Only lines containing the word "BuildPart" belong in the answer; copy each one from the records.
--- --- ---
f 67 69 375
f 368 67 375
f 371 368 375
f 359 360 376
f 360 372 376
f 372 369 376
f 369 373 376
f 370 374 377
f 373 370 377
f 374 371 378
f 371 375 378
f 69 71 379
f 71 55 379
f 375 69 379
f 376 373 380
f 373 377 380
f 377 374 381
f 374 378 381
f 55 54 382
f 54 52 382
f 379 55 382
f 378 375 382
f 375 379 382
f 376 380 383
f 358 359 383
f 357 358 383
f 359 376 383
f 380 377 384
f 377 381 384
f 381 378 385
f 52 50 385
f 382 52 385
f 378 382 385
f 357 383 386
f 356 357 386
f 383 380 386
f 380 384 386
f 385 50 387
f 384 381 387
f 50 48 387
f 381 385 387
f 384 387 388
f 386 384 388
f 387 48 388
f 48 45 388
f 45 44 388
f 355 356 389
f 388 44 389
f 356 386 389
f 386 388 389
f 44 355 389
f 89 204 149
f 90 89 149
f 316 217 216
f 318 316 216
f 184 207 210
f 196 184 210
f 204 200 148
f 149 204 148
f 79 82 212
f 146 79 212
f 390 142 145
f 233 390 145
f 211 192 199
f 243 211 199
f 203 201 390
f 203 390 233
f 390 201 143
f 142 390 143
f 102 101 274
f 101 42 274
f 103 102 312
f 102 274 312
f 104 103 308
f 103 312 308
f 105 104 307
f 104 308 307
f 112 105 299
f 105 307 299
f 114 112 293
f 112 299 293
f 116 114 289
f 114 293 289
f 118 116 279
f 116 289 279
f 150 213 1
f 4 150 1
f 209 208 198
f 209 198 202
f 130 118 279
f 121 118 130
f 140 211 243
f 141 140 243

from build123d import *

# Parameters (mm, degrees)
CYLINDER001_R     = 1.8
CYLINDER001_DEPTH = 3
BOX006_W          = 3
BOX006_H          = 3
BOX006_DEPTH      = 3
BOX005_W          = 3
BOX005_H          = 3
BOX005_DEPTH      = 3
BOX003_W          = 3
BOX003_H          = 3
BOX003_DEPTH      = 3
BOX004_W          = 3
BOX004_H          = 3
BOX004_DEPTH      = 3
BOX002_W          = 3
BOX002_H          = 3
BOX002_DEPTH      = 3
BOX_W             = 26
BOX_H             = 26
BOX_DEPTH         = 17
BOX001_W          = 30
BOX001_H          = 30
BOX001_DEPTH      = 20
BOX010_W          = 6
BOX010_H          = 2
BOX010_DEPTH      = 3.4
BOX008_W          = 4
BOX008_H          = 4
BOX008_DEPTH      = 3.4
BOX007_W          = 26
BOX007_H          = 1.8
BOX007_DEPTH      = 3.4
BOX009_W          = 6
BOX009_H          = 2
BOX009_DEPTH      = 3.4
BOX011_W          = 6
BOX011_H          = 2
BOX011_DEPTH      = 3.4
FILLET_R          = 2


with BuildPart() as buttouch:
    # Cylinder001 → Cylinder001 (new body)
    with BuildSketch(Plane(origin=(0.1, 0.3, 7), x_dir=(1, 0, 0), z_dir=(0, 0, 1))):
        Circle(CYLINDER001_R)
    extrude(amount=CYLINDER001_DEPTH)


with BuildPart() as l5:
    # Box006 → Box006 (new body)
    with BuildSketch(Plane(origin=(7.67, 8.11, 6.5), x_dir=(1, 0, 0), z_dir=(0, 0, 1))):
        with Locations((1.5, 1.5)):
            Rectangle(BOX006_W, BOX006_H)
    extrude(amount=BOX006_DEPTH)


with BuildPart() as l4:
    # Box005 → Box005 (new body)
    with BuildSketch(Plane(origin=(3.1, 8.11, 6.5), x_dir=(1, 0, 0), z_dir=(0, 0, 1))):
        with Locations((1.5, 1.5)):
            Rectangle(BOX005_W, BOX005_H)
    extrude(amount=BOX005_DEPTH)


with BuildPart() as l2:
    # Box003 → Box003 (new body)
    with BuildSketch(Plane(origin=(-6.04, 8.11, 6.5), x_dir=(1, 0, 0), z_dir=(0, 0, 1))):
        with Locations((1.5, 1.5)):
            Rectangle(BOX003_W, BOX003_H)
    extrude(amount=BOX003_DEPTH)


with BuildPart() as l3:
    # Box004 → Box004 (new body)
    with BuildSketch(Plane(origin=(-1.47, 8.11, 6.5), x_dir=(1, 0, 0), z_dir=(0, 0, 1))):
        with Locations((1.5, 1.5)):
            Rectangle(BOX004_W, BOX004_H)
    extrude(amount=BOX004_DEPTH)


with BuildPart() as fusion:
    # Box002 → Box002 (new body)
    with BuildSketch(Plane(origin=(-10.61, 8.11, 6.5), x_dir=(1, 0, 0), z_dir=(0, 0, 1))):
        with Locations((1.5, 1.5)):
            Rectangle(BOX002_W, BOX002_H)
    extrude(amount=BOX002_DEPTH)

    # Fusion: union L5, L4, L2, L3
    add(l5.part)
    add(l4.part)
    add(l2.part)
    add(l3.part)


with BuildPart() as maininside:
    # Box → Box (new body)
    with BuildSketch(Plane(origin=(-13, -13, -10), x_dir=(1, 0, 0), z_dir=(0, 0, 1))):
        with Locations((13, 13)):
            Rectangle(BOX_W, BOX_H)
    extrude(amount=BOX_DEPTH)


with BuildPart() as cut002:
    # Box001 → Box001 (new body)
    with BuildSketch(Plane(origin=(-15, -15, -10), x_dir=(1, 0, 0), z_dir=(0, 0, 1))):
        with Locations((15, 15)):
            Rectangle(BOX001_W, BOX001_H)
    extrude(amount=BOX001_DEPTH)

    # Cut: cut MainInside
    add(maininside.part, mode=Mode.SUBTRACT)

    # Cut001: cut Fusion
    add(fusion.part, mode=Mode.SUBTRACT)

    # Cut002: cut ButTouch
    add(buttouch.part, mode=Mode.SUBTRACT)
--- --- ---
> [Result of this task]
with BuildPart() as buttouch:
with BuildPart() as l5:
with BuildPart() as l4:
with BuildPart() as l2:
with BuildPart() as l3:
with BuildPart() as fusion:
with BuildPart() as maininside:
with BuildPart() as cut002:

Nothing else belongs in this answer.